■ **Task to carry out**
Please transcribe exactly, and only, the lines of the data below between the line holding "v34 (241,-49,2.25)" and the line holding "e37 v37 v37", inclusive.

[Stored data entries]

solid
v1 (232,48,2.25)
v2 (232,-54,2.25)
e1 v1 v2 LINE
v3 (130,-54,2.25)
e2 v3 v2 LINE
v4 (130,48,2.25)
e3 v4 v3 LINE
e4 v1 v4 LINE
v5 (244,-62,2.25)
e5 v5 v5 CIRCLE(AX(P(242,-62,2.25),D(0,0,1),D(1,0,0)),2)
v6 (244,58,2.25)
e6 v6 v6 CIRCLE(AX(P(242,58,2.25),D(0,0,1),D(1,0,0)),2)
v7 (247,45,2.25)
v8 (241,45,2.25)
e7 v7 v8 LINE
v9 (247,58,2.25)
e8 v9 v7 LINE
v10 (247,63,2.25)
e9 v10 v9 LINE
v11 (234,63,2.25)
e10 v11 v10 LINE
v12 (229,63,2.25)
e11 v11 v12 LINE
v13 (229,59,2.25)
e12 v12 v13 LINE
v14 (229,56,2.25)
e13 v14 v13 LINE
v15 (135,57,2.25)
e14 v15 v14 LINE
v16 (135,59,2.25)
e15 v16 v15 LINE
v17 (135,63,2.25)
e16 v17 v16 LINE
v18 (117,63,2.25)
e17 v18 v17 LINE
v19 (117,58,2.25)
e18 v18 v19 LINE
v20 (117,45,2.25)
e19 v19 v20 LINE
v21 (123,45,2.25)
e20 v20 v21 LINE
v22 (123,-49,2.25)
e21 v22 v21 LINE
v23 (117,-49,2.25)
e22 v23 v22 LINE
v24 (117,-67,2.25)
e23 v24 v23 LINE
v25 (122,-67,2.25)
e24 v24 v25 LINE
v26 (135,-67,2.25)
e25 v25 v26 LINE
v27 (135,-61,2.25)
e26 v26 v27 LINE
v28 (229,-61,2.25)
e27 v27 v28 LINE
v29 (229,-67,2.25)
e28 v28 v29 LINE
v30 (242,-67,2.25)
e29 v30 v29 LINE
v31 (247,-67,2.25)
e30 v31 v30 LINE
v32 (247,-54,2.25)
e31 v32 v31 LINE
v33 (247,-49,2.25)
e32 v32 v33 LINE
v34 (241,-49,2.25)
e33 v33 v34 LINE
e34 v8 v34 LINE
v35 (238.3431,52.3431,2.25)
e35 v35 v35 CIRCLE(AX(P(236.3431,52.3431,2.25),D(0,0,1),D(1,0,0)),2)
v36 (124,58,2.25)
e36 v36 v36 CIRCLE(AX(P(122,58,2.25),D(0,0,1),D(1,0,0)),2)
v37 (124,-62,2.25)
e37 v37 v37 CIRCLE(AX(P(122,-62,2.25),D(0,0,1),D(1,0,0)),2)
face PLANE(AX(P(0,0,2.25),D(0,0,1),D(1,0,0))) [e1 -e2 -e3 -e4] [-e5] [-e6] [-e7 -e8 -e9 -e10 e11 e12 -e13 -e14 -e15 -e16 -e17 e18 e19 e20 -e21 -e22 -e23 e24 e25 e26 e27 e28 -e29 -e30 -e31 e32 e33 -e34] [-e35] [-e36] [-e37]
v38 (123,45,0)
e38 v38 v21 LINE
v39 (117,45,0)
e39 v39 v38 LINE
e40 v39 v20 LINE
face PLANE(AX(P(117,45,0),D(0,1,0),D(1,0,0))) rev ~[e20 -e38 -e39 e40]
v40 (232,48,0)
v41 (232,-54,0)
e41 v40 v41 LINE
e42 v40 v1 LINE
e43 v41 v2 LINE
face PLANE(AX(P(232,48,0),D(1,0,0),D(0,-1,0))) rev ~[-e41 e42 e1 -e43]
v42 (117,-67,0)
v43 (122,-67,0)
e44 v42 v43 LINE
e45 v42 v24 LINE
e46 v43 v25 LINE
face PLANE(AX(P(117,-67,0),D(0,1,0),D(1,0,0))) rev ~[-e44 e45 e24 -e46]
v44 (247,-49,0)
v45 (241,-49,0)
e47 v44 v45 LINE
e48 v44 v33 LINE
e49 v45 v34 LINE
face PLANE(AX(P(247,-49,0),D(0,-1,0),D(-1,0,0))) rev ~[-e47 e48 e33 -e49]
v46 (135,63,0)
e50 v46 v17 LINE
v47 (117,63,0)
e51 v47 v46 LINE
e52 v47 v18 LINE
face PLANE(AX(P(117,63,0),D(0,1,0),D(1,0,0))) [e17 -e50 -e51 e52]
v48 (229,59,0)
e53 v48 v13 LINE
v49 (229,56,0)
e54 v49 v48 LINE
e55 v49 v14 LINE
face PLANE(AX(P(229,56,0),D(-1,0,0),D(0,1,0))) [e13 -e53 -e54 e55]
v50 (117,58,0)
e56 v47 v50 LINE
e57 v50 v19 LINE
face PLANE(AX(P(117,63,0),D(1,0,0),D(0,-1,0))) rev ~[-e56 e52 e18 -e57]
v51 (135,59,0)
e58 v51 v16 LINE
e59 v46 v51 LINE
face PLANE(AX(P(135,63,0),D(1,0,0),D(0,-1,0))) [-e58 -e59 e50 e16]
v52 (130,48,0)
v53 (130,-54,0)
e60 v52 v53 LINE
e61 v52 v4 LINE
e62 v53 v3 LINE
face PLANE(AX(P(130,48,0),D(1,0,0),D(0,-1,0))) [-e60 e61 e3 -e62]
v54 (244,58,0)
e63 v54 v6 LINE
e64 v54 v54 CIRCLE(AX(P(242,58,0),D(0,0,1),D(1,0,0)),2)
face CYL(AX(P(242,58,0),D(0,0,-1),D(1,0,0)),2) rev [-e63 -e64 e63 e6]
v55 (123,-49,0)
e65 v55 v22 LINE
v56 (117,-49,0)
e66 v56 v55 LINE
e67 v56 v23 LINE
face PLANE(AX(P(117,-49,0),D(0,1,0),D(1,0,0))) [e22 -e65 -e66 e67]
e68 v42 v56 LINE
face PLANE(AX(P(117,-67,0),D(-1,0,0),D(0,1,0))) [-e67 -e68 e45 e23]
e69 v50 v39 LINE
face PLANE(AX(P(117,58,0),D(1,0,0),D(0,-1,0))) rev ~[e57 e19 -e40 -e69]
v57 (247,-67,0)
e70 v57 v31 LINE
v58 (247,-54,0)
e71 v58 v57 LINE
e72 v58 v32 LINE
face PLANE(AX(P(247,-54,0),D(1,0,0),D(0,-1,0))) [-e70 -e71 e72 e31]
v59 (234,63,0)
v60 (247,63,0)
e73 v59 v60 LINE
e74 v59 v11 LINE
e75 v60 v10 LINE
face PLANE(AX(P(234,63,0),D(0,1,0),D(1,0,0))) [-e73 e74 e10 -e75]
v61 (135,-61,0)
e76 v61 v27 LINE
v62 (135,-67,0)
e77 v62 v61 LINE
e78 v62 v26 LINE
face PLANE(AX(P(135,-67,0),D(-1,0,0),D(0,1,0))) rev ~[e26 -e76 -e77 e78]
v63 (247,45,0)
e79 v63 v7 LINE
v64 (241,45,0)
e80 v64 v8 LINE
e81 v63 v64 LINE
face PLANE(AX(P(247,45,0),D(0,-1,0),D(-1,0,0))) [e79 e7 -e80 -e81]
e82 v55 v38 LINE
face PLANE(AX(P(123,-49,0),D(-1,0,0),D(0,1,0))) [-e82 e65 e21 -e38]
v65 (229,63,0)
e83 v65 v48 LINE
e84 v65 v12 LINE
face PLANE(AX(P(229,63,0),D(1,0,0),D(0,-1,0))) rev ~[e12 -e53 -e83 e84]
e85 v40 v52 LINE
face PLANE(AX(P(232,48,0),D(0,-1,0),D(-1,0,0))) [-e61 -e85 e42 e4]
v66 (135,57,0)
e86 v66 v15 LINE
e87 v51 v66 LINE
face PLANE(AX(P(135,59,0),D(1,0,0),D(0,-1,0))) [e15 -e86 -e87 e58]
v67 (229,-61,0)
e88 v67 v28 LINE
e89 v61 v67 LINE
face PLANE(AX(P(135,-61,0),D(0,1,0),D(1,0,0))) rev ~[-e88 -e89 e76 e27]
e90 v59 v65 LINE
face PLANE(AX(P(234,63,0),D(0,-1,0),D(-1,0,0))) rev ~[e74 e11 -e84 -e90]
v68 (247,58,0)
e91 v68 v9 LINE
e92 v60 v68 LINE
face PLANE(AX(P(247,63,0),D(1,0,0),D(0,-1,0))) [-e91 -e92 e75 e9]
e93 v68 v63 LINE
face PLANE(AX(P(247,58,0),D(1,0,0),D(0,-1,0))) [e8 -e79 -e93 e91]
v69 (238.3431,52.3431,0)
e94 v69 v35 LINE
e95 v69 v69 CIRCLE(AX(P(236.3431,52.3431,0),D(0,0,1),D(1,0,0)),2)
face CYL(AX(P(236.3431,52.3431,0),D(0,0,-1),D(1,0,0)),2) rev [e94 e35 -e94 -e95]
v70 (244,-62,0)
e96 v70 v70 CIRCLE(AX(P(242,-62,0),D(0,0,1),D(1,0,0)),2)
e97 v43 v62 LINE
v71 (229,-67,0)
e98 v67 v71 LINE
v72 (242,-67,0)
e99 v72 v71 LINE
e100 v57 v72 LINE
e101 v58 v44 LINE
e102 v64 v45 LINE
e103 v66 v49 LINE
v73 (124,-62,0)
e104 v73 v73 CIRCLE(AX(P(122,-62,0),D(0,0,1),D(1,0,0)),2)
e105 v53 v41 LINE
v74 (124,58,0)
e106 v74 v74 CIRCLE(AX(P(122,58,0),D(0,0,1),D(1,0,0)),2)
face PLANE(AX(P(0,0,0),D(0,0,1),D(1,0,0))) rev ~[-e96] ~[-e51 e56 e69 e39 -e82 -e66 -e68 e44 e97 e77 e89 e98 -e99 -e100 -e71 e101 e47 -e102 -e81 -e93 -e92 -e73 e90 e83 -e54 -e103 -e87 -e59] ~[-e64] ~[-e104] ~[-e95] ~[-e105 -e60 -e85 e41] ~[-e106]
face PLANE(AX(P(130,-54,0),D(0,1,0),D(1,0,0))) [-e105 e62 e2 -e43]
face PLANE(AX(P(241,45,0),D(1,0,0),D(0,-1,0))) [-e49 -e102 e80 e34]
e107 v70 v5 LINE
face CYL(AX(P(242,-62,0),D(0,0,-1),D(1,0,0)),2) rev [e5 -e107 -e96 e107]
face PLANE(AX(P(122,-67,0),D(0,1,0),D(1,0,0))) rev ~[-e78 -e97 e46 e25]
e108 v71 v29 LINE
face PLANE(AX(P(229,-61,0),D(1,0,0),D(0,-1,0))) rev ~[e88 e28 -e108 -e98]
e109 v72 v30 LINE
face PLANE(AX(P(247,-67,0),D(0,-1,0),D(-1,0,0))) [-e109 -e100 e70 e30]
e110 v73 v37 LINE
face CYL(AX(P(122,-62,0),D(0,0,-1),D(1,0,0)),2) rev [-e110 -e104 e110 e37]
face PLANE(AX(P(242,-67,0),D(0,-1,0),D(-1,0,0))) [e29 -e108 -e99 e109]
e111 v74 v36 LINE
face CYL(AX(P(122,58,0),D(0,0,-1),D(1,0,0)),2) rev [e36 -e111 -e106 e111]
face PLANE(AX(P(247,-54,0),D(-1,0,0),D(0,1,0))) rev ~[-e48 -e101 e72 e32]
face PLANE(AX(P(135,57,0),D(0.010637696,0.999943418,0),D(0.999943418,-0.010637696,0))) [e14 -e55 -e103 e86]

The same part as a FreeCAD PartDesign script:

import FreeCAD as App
import Part
import Sketcher

V = App.Vector
Q = App.Units.Quantity

doc = App.newDocument("Part")
body = doc.addObject("PartDesign::Body", "Body")

# Sketch on XY plane
sketch1 = body.newObject("Sketcher::SketchObject", "Sketch")
sketch1.AttachmentSupport = (doc.getObject("XY_Plane"), [""])
sketch1.MapMode = "FlatFace"
sketch1.addGeometry([
    Part.LineSegment(V(247, 63, 0), V(229, 63, 0)),  # 0
    Part.LineSegment(V(229, 63, 0), V(229, 56, 0)),  # 1
    Part.LineSegment(V(229, 56, 0), V(135, 57, 0)),  # 2
    Part.LineSegment(V(135, 57, 0), V(135, 63, 0)),  # 3
    Part.LineSegment(V(135, 63, 0), V(117, 63, 0)),  # 4
    Part.LineSegment(V(117, 63, 0), V(117, 45, 0)),  # 5
    Part.LineSegment(V(117, 45, 0), V(123, 45, 0)),  # 6
    Part.LineSegment(V(123, 45, 0), V(123, -49, 0)),  # 7
    Part.LineSegment(V(123, -49, 0), V(117, -49, 0)),  # 8
    Part.LineSegment(V(117, -49, 0), V(117, -67, 0)),  # 9
    Part.LineSegment(V(117, -67, 0), V(135, -67, 0)),  # 10
    Part.LineSegment(V(135, -67, 0), V(135, -61, 0)),  # 11
    Part.LineSegment(V(135, -61, 0), V(229, -61, 0)),  # 12
    Part.LineSegment(V(229, -61, 0), V(229, -67, 0)),  # 13
    Part.LineSegment(V(229, -67, 0), V(247, -67, 0)),  # 14
    Part.LineSegment(V(247, -67, 0), V(247, -49, 0)),  # 15
    Part.LineSegment(V(247, -49, 0), V(241, -49, 0)),  # 16
    Part.LineSegment(V(241, -49, 0), V(241, 45, 0)),  # 17
    Part.LineSegment(V(241, 45, 0), V(247, 45, 0)),  # 18
    Part.LineSegment(V(247, 45, 0), V(247, 63, 0)),  # 19
    Part.Circle(V(122, -62, 0), V(0, 0, 1), 2),  # 20
    Part.LineSegment(V(130, -54, 0), V(130, 48, 0)),  # 21
    Part.LineSegment(V(130, 48, 0), V(232, 48, 0)),  # 22
    Part.LineSegment(V(232, 48, 0), V(232, -54, 0)),  # 23
    Part.LineSegment(V(232, -54, 0), V(130, -54, 0)),  # 24
    Part.Circle(V(242, -62, 0), V(0, 0, 1), 2),  # 25
    Part.Circle(V(122, 58, 0), V(0, 0, 1), 2),  # 26
    Part.Circle(V(236.3, 52.3, 0), V(0, 0, 1), 2),  # 27
    Part.Circle(V(242, 58, 0), V(0, 0, 1), 2),  # 28
], False)
sketch1.addConstraint([
    Sketcher.Constraint("Coincident", 0, 2, 1, 1),
    Sketcher.Constraint("Coincident", 1, 2, 2, 1),
    Sketcher.Constraint("Coincident", 2, 2, 3, 1),
    Sketcher.Constraint("Coincident", 3, 2, 4, 1),
    Sketcher.Constraint("Coincident", 4, 2, 5, 1),
    Sketcher.Constraint("Coincident", 5, 2, 6, 1),
    Sketcher.Constraint("Coincident", 6, 2, 7, 1),
    Sketcher.Constraint("Coincident", 7, 2, 8, 1),
    Sketcher.Constraint("Coincident", 8, 2, 9, 1),
    Sketcher.Constraint("Coincident", 9, 2, 10, 1),
    Sketcher.Constraint("Coincident", 10, 2, 11, 1),
    Sketcher.Constraint("Coincident", 11, 2, 12, 1),
    Sketcher.Constraint("Coincident", 12, 2, 13, 1),
    Sketcher.Constraint("Coincident", 13, 2, 14, 1),
    Sketcher.Constraint("Coincident", 14, 2, 15, 1),
    Sketcher.Constraint("Coincident", 15, 2, 16, 1),
    Sketcher.Constraint("Coincident", 16, 2, 17, 1),
    Sketcher.Constraint("Coincident", 17, 2, 18, 1),
    Sketcher.Constraint("Coincident", 18, 2, 19, 1),
    Sketcher.Constraint("Coincident", 19, 2, 0, 1),
    Sketcher.Constraint("Coincident", 21, 2, 22, 1),
    Sketcher.Constraint("Coincident", 22, 2, 23, 1),
    Sketcher.Constraint("Coincident", 23, 2, 24, 1),
    Sketcher.Constraint("Coincident", 24, 2, 21, 1),
    Sketcher.Constraint("Horizontal", 0),
    Sketcher.Constraint("Vertical", 1),
    Sketcher.Constraint("Vertical", 3),
    Sketcher.Constraint("Horizontal", 4),
    Sketcher.Constraint("Vertical", 5),
    Sketcher.Constraint("Horizontal", 6),
    Sketcher.Constraint("Vertical", 7),
    Sketcher.Constraint("Horizontal", 8),
    Sketcher.Constraint("Vertical", 9),
    Sketcher.Constraint("Horizontal", 10),
    Sketcher.Constraint("Vertical", 11),
    Sketcher.Constraint("Horizontal", 12),
    Sketcher.Constraint("Vertical", 13),
    Sketcher.Constraint("Horizontal", 14),
    Sketcher.Constraint("Vertical", 15),
    Sketcher.Constraint("Horizontal", 16),
    Sketcher.Constraint("Vertical", 17),
    Sketcher.Constraint("Horizontal", 18),
    Sketcher.Constraint("Vertical", 19),
    Sketcher.Constraint("Vertical", 21),
    Sketcher.Constraint("Horizontal", 22),
    Sketcher.Constraint("Vertical", 23),
    Sketcher.Constraint("Horizontal", 24),
    Sketcher.Constraint("Equal", 20, 25),
    Sketcher.Constraint("Equal", 25, 26),
    Sketcher.Constraint("Equal", 26, 27),
    Sketcher.Constraint("Equal", 27, 28),
    Sketcher.Constraint("Horizontal", 20, 3, 25, 3),
    Sketcher.Constraint("Horizontal", 26, 3, 28, 3),
    Sketcher.Constraint("Horizontal", 0, 2, 3, 2),
    Sketcher.Constraint("Horizontal", 10, 2, 13, 2),
    Sketcher.Constraint("Horizontal", 8, 2, 15, 2),
    Sketcher.Constraint("Horizontal", 6, 2, 17, 2),
    Sketcher.Constraint("Vertical", 20, 3, 26, 3),
    Sketcher.Constraint("Vertical", 25, 3, 28, 3),
    Sketcher.Constraint("Vertical", 5, 2, 8, 2),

■ **Response area**
v34 (241,-49,2.25)
e33 v33 v34 LINE
e34 v8 v34 LINE
v35 (238.3431,52.3431,2.25)
e35 v35 v35 CIRCLE(AX(P(236.3431,52.3431,2.25),D(0,0,1),D(1,0,0)),2)
v36 (124,58,2.25)
e36 v36 v36 CIRCLE(AX(P(122,58,2.25),D(0,0,1),D(1,0,0)),2)
v37 (124,-62,2.25)
e37 v37 v37 CIRCLE(AX(P(122,-62,2.25),D(0,0,1),D(1,0,0)),2)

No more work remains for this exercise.